╭─ RECORD EXTRACTS

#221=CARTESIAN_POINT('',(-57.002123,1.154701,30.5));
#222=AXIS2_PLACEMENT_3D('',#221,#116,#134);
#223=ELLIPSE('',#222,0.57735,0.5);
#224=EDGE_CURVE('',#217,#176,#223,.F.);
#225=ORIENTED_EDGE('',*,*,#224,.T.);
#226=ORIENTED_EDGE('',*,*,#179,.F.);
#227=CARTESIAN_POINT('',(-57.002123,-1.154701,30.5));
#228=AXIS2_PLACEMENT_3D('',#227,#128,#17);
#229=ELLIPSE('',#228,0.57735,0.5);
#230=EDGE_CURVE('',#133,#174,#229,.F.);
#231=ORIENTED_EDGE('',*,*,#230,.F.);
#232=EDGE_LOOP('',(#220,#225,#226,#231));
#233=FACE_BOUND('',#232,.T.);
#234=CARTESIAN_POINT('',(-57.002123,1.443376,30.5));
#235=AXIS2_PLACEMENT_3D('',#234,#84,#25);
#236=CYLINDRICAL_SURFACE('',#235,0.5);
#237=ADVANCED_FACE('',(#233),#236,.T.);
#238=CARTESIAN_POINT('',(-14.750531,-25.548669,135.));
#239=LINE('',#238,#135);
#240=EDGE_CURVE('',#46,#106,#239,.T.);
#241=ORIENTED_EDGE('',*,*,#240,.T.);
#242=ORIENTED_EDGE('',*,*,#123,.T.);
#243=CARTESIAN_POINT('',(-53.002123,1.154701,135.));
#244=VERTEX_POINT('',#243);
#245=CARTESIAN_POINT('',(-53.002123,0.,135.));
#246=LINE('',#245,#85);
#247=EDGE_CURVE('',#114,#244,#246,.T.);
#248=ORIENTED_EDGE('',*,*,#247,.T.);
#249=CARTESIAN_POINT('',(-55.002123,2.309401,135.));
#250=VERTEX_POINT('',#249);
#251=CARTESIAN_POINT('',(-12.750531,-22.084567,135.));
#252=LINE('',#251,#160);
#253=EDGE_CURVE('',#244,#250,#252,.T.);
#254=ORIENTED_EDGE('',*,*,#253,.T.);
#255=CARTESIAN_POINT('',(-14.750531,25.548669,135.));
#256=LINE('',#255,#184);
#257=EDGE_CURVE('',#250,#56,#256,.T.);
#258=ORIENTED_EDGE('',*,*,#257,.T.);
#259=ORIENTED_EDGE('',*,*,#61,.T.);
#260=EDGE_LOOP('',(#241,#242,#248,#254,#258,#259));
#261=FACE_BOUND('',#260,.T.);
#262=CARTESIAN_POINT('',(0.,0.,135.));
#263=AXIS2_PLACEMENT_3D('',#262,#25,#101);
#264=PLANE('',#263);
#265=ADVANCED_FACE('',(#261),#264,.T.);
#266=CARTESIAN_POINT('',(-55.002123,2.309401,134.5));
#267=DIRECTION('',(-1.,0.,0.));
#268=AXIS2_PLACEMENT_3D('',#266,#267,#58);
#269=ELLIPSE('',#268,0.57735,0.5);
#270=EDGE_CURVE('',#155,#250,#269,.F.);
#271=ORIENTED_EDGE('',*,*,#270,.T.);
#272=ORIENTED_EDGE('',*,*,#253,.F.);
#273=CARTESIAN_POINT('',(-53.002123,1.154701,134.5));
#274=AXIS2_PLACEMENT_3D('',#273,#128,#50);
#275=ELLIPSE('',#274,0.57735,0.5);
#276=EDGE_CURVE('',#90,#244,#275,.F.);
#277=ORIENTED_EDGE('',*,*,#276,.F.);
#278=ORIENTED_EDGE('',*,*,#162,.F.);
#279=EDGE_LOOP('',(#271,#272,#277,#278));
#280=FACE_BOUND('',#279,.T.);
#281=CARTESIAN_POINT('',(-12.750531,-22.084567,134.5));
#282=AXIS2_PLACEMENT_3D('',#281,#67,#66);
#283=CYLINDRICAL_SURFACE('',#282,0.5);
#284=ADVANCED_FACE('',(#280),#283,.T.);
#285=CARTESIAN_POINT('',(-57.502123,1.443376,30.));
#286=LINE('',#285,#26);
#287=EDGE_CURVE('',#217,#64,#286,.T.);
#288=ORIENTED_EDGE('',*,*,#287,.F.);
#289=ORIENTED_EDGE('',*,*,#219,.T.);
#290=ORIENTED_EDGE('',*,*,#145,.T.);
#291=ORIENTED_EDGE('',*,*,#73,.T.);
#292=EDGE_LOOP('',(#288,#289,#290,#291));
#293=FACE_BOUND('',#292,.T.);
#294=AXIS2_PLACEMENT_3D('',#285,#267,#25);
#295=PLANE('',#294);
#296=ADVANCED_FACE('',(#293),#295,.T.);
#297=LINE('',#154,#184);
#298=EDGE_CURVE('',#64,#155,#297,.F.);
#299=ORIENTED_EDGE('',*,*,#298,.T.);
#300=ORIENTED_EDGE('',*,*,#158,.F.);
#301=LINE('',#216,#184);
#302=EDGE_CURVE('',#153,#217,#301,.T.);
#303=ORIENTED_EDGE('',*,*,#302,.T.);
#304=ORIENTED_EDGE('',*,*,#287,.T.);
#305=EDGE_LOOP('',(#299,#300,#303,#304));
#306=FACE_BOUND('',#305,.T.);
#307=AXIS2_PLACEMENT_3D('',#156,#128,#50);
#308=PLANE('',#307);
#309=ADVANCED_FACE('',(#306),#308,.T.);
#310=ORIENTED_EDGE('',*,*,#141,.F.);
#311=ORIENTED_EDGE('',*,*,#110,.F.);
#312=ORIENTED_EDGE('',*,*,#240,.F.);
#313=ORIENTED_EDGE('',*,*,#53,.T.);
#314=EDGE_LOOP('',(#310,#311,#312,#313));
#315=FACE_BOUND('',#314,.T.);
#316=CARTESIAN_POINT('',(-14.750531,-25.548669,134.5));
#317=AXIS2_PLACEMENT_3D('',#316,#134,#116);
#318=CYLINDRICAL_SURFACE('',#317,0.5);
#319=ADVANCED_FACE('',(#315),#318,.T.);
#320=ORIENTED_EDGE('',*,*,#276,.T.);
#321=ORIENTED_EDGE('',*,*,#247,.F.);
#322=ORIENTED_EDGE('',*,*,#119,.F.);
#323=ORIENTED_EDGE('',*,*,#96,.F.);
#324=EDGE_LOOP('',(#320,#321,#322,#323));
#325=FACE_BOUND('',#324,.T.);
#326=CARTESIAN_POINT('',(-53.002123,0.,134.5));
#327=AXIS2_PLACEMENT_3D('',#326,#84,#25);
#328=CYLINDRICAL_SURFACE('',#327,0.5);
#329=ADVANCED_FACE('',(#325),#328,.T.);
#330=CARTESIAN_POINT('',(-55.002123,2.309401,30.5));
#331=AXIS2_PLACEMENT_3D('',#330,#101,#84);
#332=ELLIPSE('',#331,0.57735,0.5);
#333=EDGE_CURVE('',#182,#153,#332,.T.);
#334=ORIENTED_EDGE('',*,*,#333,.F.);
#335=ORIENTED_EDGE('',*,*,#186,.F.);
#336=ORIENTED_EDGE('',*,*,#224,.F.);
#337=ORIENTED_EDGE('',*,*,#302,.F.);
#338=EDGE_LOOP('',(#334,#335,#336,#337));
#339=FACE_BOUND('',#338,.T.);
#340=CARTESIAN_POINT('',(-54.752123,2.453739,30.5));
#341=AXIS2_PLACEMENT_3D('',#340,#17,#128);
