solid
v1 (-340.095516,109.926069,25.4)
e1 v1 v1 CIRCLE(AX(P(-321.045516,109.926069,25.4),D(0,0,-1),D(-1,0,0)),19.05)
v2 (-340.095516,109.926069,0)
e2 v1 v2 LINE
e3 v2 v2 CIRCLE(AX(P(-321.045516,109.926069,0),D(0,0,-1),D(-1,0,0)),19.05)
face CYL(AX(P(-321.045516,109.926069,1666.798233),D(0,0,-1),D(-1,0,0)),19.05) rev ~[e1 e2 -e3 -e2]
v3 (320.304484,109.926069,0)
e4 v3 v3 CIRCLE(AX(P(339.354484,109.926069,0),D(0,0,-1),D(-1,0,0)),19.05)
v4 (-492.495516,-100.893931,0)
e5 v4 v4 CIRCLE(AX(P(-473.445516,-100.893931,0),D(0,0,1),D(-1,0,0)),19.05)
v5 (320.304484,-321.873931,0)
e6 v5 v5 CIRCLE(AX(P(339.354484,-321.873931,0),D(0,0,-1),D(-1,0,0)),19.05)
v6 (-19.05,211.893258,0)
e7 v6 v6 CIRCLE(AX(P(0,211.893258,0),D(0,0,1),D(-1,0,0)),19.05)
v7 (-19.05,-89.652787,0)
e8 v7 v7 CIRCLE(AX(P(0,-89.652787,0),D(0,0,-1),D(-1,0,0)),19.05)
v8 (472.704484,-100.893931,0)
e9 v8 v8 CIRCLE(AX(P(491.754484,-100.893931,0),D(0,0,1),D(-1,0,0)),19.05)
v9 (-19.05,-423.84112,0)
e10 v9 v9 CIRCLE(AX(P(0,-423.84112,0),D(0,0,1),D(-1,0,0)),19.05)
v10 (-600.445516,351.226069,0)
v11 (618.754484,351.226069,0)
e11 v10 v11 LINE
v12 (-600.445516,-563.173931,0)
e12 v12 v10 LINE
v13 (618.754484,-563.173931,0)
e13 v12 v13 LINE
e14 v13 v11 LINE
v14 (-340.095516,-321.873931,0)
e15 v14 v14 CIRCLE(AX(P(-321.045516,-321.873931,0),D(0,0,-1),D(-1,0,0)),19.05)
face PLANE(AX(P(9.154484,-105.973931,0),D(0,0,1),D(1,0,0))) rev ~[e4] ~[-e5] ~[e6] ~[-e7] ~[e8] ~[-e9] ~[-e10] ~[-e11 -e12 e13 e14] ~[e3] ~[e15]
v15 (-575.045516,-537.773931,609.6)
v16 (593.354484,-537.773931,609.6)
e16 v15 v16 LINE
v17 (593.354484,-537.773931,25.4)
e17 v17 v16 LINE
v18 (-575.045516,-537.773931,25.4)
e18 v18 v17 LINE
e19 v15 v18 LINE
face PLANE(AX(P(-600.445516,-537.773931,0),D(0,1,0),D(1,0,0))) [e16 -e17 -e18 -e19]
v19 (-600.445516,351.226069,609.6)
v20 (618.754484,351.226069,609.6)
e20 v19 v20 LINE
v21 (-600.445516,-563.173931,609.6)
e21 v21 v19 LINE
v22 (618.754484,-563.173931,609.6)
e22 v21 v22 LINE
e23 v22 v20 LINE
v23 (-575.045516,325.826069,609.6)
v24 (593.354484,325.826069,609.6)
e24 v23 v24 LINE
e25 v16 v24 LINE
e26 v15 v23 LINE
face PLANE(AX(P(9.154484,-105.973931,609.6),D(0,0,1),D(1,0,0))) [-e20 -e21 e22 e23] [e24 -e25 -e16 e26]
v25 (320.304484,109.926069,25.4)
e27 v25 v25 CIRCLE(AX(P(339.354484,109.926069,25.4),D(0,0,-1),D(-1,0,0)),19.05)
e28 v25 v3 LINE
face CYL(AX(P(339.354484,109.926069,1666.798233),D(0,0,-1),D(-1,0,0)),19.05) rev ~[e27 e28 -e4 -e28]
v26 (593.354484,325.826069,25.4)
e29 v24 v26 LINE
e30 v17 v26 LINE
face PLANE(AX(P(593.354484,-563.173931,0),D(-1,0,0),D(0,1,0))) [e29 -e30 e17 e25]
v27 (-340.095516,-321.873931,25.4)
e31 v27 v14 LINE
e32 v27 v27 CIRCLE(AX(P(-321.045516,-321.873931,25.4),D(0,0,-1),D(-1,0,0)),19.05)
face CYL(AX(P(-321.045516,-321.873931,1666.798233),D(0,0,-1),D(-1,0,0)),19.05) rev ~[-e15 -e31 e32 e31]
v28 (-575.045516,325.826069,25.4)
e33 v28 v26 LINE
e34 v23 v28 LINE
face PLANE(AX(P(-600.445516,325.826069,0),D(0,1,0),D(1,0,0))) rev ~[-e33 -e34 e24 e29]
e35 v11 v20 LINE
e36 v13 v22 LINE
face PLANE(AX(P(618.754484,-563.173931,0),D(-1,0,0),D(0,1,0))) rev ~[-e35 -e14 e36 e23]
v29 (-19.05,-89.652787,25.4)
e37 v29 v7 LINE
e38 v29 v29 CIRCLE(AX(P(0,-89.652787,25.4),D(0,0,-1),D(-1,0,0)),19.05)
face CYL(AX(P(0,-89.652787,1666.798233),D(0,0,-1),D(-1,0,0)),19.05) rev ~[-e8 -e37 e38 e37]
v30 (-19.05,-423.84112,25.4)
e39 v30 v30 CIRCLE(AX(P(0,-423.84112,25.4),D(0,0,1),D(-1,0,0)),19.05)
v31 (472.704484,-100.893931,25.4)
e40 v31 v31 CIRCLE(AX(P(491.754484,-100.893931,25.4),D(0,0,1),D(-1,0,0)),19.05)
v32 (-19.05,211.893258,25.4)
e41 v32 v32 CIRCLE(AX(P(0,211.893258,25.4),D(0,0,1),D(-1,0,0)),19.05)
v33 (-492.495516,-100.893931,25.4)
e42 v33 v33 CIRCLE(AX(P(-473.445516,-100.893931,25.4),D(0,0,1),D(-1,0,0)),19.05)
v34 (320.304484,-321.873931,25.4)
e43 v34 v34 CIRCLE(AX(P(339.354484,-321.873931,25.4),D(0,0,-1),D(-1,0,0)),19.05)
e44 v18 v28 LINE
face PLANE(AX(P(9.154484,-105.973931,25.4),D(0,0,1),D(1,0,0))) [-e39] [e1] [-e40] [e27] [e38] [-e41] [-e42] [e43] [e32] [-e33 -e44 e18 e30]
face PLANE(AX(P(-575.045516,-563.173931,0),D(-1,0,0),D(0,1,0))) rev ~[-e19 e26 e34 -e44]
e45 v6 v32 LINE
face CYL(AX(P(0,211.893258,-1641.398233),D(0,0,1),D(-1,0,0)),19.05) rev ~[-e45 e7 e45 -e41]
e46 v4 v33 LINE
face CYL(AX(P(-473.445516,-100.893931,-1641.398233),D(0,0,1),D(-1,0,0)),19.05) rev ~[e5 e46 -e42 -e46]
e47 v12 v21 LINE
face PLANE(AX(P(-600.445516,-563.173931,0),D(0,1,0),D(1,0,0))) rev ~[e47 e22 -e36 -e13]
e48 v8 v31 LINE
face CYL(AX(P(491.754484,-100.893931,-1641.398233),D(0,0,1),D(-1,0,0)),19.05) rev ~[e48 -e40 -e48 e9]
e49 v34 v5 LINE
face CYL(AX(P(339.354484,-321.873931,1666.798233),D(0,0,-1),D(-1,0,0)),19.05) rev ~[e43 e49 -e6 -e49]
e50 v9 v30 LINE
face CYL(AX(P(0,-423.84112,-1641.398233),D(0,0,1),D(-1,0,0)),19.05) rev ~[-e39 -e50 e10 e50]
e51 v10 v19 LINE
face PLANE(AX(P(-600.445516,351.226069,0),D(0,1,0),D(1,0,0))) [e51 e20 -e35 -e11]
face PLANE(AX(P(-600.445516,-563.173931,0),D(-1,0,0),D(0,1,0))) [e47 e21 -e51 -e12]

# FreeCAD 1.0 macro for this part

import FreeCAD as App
import Part
import Sketcher

V = App.Vector
Q = App.Units.Quantity


def faces_at(feature, points):
    """Names of the faces that lie closest to the given points."""
    faces = feature.Shape.Faces
    near = lambda p: min(range(len(faces)), key=lambda i: faces[i].distToShape(Part.Vertex(*p))[0])
    return sorted({f"Face{near(p) + 1}" for p in points})

doc = App.newDocument("Part")
body = doc.addObject("PartDesign::Body", "Body")

# Sketch on XY plane
sketch1 = body.newObject("Sketcher::SketchObject", "Sketch")
sketch1.AttachmentSupport = (doc.getObject("XY_Plane"), [""])
sketch1.MapMode = "FlatFace"
sketch1.addGeometry(Part.LineSegment(V(-600, 351, 0), V(-600, -563, 0)), False)
sketch1.addGeometry(Part.LineSegment(V(-600, -563, 0), V(619, -563, 0)), False)
sketch1.addGeometry(Part.LineSegment(V(619, -563, 0), V(619, 351, 0)), False)
sketch1.addGeometry(Part.LineSegment(V(619, 351, 0), V(-600, 351, 0)), False)
sketch1.addConstraint(Sketcher.Constraint("Coincident", 0, 2, 1, 1))
sketch1.addConstraint(Sketcher.Constraint("Coincident", 1, 2, 2, 1))
sketch1.addConstraint(Sketcher.Constraint("Coincident", 2, 2, 3, 1))
sketch1.addConstraint(Sketcher.Constraint("Coincident", 3, 2, 0, 1))
sketch1.addConstraint(Sketcher.Constraint("Vertical", 0))
sketch1.addConstraint(Sketcher.Constraint("Horizontal", 1))
sketch1.addConstraint(Sketcher.Constraint("Vertical", 2))
sketch1.addConstraint(Sketcher.Constraint("Horizontal", 3))
sketch1.addConstraint(Sketcher.Constraint("DistanceX", 1, 1, 1, 2, Q("48 in")))
sketch1.addConstraint(Sketcher.Constraint("DistanceY", 0, 2, 0, 1, Q("36 in")))
sketch1.addConstraint(Sketcher.Constraint("DistanceY", 0, 2, -1, 1, 563.173931))
sketch1.addConstraint(Sketcher.Constraint("DistanceX", 0, 2, -1, 1, 600.445516))
pad1 = body.newObject("PartDesign::Pad", "Pad")
pad1.Profile = sketch1
pad1.Length = Q("24 in")
doc.recompute()

thickness = body.newObject("PartDesign::Thickness", "Thickness")
thickness.Base = (pad1, faces_at(pad1, [(9.154, -105.974, 609.6)]))
thickness.Value = Q("1 in")
thickness.Reversed = True
thickness.Join = "Arc"

# Sketch on XY plane
sketch2 = body.newObject("Sketcher::SketchObject", "Sketch001")
sketch2.AttachmentSupport = (doc.getObject("XY_Plane"), [""])
sketch2.MapMode = "FlatFace"
sketch2.AttachmentOffset = App.Placement(V(0, 0, 1 * 25.4), App.Rotation())
sketch2.addGeometry(Part.Circle(V(-321, 110, 0), V(0, 0, 1), 19), False)
sketch2.addGeometry(Part.Circle(V(339, 110, 0), V(0, 0, 1), 19), False)
sketch2.addGeometry(Part.Circle(V(339, -322, 0), V(0, 0, 1), 19), False)
sketch2.addGeometry(Part.Circle(V(-321, -322, 0), V(0, 0, 1), 19), False)
sketch2.addGeometry(Part.Circle(V(0, -90, 0), V(0, 0, 1), 19), False)
sketch2.addConstraint(Sketcher.Constraint("Equal", 0, 1))
sketch2.addConstraint(Sketcher.Constraint("Equal", 1, 2))
sketch2.addConstraint(Sketcher.Constraint("Equal", 2, 3))
sketch2.addConstraint(Sketcher.Constraint("Equal", 3, 4))
sketch2.addConstraint(Sketcher.Constraint("PointOnObject", 4, 3, -2))
sketch2.addConstraint(Sketcher.Constraint("Horizontal", 0, 3, 1, 3))
sketch2.addConstraint(Sketcher.Constraint("Horizontal", 2, 3, 3, 3))
sketch2.addConstraint(Sketcher.Constraint("Vertical", 1, 3, 2, 3))
sketch2.addConstraint(Sketcher.Constraint("Vertical", 0, 3, 3, 3))
sketch2.addConstraint(Sketcher.Constraint("Diameter", 0, Q("1.5 in")))
sketch2.addConstraint(Sketcher.Constraint("DistanceX", 0, 3, 1, 3, Q("26 in")))
sketch2.addConstraint(Sketcher.Constraint("DistanceY", 2, 3, 1, 3, Q("17 in")))
sketch2.addConstraint(Sketcher.Constraint("DistanceY", -1, 1, 0, 3, 109.926069))
sketch2.addConstraint(Sketcher.Constraint("DistanceX", 0, 3, -1, 1, 321.045516))
sketch2.addConstraint(Sketcher.Constraint("DistanceY", 4, 3, -1, 1, 89.652787))
doc.recompute()
hole = body.newObject("PartDesign::Hole", "Hole")
hole.Profile = sketch2
hole.ThreadType = "None"
hole.Diameter = Q("1.5 in")
hole.DepthType = "ThroughAll"

# Sketch on XY plane
sketch3 = body.newObject("Sketcher::SketchObject", "Sketch002")
sketch3.AttachmentSupport = (doc.getObject("XY_Plane"), [""])
sketch3.MapMode = "FlatFace"
sketch3.addGeometry(Part.Circle(V(0, 212, 0), V(0, 0, 1), 19), False)
sketch3.addGeometry(Part.Circle(V(0, -424, 0), V(0, 0, 1), 19), False)
sketch3.addConstraint(Sketcher.Constraint("Equal", 0, 1))
sketch3.addConstraint(Sketcher.Constraint("PointOnObject", 0, 3, -2))
sketch3.addConstraint(Sketcher.Constraint("PointOnObject", 1, 3, -2))
sketch3.addConstraint(Sketcher.Constraint("Diameter", 0, Q("1.5 in")))
sketch3.addConstraint(Sketcher.Constraint("DistanceY", -1, 1, 0, 3, 211.893258))
sketch3.addConstraint(Sketcher.Constraint("DistanceY", 1, 3, -1, 1, 423.84112))
doc.recompute()
hole2 = body.newObject("PartDesign::Hole", "Hole001")
hole2.Profile = sketch3
hole2.ThreadType = "None"
hole2.Diameter = Q("1.5 in")
hole2.DepthType = "ThroughAll"
hole2.Reversed = True

# Sketch on XY plane
sketch4 = body.newObject("Sketcher::SketchObject", "Sketch003")
sketch4.AttachmentSupport = (doc.getObject("XY_Plane"), [""])
sketch4.MapMode = "FlatFace"
sketch4.addGeometry(Part.Circle(V(-473, -101, 0), V(0, 0, 1), 19), False)
sketch4.addGeometry(Part.Circle(V(492, -101, 0), V(0, 0, 1), 19), False)
sketch4.addConstraint(Sketcher.Constraint("Equal", 0, 1))
sketch4.addConstraint(Sketcher.Constraint("Horizontal", 0, 3, 1, 3))
sketch4.addConstraint(Sketcher.Constraint("Diameter", 0, Q("1.5 in")))
sketch4.addConstraint(Sketcher.Constraint("DistanceX", 0, 3, 1, 3, Q("38 in")))
sketch4.addConstraint(Sketcher.Constraint("DistanceY", 0, 3, -1, 1, 100.893931))
sketch4.addConstraint(Sketcher.Constraint("DistanceX", 0, 3, -1, 1, 473.445516))
doc.recompute()
hole3 = body.newObject("PartDesign::Hole", "Hole002")
hole3.Profile = sketch4
hole3.ThreadType = "None"
hole3.Diameter = Q("1.5 in")
hole3.DepthType = "ThroughAll"
hole3.Reversed = True

doc.recompute()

╰─

When the line with "#229=ELLIPSE('',#228,0.57735,0.5);" is reached in the data above, start copying there, and copy each line exactly until the line with "#254=ORIENTED_EDGE('',*,*,#253,.T.);" has been copied; copy nothing else.

#229=ELLIPSE('',#228,0.57735,0.5);
#230=EDGE_CURVE('',#133,#174,#229,.F.);
#231=ORIENTED_EDGE('',*,*,#230,.F.);
#232=EDGE_LOOP('',(#220,#225,#226,#231));
#233=FACE_BOUND('',#232,.T.);
#234=CARTESIAN_POINT('',(-57.002123,1.443376,30.5));
#235=AXIS2_PLACEMENT_3D('',#234,#84,#25);
#236=CYLINDRICAL_SURFACE('',#235,0.5);
#237=ADVANCED_FACE('',(#233),#236,.T.);
#238=CARTESIAN_POINT('',(-14.750531,-25.548669,135.));
#239=LINE('',#238,#135);
#240=EDGE_CURVE('',#46,#106,#239,.T.);
#241=ORIENTED_EDGE('',*,*,#240,.T.);
#242=ORIENTED_EDGE('',*,*,#123,.T.);
#243=CARTESIAN_POINT('',(-53.002123,1.154701,135.));
#244=VERTEX_POINT('',#243);
#245=CARTESIAN_POINT('',(-53.002123,0.,135.));
#246=LINE('',#245,#85);
#247=EDGE_CURVE('',#114,#244,#246,.T.);
#248=ORIENTED_EDGE('',*,*,#247,.T.);
#249=CARTESIAN_POINT('',(-55.002123,2.309401,135.));
#250=VERTEX_POINT('',#249);
#251=CARTESIAN_POINT('',(-12.750531,-22.084567,135.));
#252=LINE('',#251,#160);
#253=EDGE_CURVE('',#244,#250,#252,.T.);
#254=ORIENTED_EDGE('',*,*,#253,.T.);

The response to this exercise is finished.